The research reported in this chapter presents a contribution to calculate water levels and flooding maps using Geographic Information Systems (GIS) to combine existing datasets, water elevation survey data and hydrological models. There is a major emphasis to use high accuracy elevation data to model and map a particular flood event (past or future), to assess the risk of flooding in a particular region (Jones, 2004, Jones et al., 1998). LiDAR (Light Detection And Ranging) technology has the ability to produce accurate elevation data throughout the flood plain, in particular flat areas with slopes of less than 50 cm per kilometre as is the case of the coastal flatplains in Tabasco. LiDAR data allows a better calibration of hydrological models, to map the flood risk and water levels helping decision makers to cope with an emergency and to implement strategies after the event (Filin, 2003, Webster & Stiff, 2008).

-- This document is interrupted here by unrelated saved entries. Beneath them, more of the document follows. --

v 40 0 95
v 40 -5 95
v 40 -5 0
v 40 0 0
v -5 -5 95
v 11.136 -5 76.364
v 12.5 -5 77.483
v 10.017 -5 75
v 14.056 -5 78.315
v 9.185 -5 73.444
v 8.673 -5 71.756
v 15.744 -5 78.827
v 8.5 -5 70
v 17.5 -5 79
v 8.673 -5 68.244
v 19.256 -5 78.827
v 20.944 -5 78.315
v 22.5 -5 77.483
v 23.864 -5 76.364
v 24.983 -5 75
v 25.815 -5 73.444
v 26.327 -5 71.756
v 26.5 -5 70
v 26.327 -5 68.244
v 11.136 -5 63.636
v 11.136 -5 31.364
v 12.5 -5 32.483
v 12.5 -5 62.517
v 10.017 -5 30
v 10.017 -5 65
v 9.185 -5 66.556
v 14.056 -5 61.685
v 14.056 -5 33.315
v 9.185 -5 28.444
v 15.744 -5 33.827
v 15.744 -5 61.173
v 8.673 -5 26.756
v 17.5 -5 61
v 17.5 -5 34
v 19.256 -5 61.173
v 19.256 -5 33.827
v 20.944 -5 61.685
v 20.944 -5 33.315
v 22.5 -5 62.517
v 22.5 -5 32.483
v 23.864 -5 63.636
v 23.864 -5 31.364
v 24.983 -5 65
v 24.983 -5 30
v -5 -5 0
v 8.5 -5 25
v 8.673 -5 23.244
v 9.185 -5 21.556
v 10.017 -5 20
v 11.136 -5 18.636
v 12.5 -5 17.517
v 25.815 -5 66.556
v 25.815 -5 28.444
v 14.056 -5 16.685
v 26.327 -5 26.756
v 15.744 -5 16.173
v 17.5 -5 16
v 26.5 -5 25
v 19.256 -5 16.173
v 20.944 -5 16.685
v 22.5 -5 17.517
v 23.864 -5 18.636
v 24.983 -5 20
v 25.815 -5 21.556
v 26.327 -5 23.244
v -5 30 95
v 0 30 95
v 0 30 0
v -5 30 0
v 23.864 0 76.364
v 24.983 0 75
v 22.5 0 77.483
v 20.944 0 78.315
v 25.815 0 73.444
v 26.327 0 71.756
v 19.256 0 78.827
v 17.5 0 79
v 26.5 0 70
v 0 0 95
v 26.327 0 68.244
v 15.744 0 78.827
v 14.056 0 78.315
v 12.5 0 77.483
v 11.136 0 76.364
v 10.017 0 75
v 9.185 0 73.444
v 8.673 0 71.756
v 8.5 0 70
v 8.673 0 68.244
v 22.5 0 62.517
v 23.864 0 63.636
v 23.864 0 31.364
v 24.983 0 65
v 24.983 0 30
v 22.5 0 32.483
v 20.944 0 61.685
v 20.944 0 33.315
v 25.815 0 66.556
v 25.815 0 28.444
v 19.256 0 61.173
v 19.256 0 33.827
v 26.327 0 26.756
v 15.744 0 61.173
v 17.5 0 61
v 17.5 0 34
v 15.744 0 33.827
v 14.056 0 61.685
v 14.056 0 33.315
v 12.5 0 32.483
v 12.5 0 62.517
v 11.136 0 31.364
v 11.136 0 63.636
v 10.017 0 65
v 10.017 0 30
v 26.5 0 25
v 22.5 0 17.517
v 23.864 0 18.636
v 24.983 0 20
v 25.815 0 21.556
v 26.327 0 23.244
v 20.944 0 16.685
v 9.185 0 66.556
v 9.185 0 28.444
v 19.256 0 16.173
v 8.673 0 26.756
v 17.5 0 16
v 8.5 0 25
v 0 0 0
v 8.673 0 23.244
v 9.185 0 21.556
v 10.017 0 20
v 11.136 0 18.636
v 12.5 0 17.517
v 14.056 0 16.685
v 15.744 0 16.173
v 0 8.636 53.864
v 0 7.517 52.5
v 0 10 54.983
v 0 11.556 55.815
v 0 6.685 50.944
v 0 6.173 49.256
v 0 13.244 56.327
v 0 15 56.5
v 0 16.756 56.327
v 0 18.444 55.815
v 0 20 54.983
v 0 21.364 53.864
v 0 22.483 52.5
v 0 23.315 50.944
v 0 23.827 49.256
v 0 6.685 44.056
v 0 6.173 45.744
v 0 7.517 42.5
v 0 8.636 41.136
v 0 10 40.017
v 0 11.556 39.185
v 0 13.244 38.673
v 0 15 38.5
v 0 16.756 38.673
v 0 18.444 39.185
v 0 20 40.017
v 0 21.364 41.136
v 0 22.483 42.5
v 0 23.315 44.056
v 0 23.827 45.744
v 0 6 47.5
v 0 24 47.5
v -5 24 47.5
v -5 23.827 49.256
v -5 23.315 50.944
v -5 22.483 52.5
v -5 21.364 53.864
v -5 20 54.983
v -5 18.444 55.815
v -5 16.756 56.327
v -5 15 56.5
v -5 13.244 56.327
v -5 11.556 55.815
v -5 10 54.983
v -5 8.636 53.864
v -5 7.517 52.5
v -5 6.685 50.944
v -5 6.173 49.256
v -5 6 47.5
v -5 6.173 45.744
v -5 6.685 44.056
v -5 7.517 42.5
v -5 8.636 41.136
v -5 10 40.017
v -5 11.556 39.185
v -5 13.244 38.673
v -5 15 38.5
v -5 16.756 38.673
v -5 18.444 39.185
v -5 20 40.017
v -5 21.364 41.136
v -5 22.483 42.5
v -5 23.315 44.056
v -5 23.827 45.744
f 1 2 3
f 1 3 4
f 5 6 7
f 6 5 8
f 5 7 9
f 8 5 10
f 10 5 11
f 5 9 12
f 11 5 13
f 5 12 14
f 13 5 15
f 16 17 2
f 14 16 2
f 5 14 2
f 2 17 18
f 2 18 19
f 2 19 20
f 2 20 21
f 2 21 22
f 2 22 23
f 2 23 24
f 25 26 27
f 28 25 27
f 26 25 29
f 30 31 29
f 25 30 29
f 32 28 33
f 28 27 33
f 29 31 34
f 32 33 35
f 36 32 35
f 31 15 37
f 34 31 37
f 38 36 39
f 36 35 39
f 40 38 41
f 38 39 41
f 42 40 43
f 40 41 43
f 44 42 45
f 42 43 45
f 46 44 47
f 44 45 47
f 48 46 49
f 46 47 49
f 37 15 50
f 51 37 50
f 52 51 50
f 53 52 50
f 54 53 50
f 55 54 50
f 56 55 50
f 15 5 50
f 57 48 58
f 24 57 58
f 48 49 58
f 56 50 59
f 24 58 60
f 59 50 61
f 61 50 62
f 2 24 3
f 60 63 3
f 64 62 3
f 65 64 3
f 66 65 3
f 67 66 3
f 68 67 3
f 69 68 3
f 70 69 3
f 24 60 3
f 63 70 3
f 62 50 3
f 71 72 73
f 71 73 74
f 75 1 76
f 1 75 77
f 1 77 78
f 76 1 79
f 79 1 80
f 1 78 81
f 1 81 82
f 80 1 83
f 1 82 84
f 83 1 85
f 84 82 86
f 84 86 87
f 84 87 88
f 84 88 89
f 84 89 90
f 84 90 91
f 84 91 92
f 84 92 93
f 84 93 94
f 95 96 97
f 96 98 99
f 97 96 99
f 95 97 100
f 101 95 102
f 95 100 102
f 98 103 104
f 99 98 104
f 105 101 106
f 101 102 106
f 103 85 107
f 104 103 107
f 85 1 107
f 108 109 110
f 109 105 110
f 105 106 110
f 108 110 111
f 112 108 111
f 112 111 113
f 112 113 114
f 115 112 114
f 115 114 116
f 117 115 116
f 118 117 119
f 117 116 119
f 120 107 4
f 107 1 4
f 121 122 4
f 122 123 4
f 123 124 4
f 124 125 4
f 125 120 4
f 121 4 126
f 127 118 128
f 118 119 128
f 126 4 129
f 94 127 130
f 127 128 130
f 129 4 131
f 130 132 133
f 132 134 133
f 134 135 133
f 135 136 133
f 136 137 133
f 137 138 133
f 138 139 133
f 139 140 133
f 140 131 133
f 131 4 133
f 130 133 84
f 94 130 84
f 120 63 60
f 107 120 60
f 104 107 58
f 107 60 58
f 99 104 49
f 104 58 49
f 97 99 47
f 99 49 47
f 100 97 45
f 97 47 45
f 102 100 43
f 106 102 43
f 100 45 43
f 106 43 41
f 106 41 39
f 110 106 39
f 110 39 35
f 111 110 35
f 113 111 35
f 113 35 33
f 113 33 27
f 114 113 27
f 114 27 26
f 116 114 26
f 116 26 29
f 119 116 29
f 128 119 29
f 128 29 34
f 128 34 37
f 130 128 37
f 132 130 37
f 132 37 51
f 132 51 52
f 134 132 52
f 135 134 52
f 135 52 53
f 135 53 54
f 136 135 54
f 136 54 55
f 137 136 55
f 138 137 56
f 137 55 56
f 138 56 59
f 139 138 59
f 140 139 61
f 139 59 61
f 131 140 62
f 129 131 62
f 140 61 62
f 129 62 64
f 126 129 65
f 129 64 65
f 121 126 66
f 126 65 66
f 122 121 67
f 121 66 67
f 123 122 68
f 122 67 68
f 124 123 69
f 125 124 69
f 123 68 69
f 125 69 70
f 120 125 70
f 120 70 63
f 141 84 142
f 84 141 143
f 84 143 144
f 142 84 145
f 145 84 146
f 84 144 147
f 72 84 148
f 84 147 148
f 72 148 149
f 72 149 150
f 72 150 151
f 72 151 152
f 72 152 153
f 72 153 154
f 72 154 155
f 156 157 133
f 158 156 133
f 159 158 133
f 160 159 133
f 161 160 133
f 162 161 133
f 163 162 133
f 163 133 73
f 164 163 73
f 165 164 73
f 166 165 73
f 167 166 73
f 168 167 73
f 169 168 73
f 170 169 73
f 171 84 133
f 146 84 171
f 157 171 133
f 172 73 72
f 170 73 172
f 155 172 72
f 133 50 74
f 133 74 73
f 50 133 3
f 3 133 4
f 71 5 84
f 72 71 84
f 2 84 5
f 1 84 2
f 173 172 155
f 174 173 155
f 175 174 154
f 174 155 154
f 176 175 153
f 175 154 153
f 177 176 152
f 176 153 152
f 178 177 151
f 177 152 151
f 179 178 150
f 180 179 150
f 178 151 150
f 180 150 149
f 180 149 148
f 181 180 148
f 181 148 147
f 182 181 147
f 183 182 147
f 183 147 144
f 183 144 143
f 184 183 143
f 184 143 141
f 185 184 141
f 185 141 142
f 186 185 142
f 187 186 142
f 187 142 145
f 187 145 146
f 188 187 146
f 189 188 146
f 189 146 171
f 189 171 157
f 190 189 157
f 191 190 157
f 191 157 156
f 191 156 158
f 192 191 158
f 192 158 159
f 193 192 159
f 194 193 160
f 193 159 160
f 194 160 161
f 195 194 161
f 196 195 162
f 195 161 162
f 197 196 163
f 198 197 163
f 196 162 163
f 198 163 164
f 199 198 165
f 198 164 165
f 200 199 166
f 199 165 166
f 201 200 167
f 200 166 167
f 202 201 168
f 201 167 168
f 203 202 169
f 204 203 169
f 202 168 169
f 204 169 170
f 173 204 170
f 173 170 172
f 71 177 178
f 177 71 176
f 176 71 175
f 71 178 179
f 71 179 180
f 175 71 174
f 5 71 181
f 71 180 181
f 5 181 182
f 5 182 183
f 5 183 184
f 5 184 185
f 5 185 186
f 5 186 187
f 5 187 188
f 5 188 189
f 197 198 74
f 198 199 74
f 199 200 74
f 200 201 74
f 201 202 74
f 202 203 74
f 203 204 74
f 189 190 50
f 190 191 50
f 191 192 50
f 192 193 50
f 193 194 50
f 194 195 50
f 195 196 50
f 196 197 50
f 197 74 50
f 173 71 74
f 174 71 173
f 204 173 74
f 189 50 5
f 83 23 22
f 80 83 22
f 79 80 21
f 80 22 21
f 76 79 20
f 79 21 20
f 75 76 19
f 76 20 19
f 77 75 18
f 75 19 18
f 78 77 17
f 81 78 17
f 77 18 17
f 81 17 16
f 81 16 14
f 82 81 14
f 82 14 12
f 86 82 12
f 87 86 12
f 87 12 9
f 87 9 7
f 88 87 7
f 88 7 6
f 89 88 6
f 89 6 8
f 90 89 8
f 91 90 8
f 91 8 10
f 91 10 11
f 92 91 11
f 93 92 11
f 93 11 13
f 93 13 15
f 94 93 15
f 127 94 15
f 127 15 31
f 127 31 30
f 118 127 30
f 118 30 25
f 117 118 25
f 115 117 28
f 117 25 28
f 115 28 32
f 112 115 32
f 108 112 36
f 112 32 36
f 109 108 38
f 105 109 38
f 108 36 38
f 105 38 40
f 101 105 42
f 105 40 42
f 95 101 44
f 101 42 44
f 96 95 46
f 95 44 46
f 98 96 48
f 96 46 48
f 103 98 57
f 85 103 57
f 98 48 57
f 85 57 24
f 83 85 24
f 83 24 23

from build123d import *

# Parameters (mm, degrees)
F1_DEPTH = 95
F2_R     = 9
F3_DEPTH = 25
F4_R     = 9
F5_DEPTH = 25


with BuildPart() as f1:
    # F0 (on Top) → F1 (new body)
    with BuildSketch(Plane.XY):
        Polygon((0, 0), (0, 30), (-5, 30), (-5, -5), (40, -5), (40, 0), align=None)
    extrude(amount=F1_DEPTH)

    # F2 (on face) → F3 (cut)
    with BuildSketch(Plane.XZ.offset(5)):
        with Locations((17.5, 70)):
            Circle(F2_R)
        with Locations((17.5, 25)):
            Circle(F2_R)
    extrude(amount=-F3_DEPTH, mode=Mode.SUBTRACT)

    # F4 (on face) → F5 (cut)
    with BuildSketch(Plane.YZ):
        with Locations((15, 47.5)):
            Circle(F4_R)
    extrude(amount=-F5_DEPTH, mode=Mode.SUBTRACT)


solid = f1.part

2. Gathering topographic data by Digital Elevation Models

As floodplains are neither static nor stable, one needs to consider at least three aspects related to the land surface characteristic to describe a flood: (a) topography, (b) geomorphology, particularly when unconsolidated fluvial deposits are the base material, and (c) hydrology and the extent of recurring floods (DRD, 1991). These three aspects require the acquisition of different sources of information that in the case of geographic data is quite difficult to achieve using traditional terrestrial surveys and photogrammetry due to time consuming and spatial constraints (Lijian et al., 2008). Thus, there is a need to know the dynamics of the river and to determine the spatial-temporal distribution of flow. The use of remote sensing techniques has demonstrated to be an efficient tool to map the flood extent (Horritt & Bates, 2002, Jensen, 2000). These maps have been used to validate 1D or 2D flood models; however it is not enough to study the water movement in the watershed. It is also necessary to know the water level reached in the floodplains in order to determine the amount of water arriving to the river channel and to be transported during the flood event. In this case, the use of 3D information is a better option since it offers: river depths, river surface and banks topography, vegetation height, hydraulic structures and identifies different objects present in the river channel (Mohammadzadeh & Valadan Zoej, 2008). One alternative to acquire altimetry measures as well as identifying land surfaces features is the time-of-light information from a LiDAR system mounted on air- or- space based platforms.

2.1, LiDAR data

LiDAR data can acquire high precision and density elevation data of terrain surface since this technology involves laser altimeters (i.e. Nd:YAG laser or pulsed gallium-arsenide diode laser), a Global Positioning System (GPS) as a position reference to track the aircraft trajectory, and an Inertial Measurement Unit (IMU) as the main component of Inertial Navigation System (INS) to calculate the position, orientation, and velocity of a moving object without external references (Webster & Dias, 2006a). Thus, knowing the angle and the absolute position of the instruments it is possible to establish the location (x,y,z) of the laser pulse destination precisely and accurately obtain a real representation of the ground.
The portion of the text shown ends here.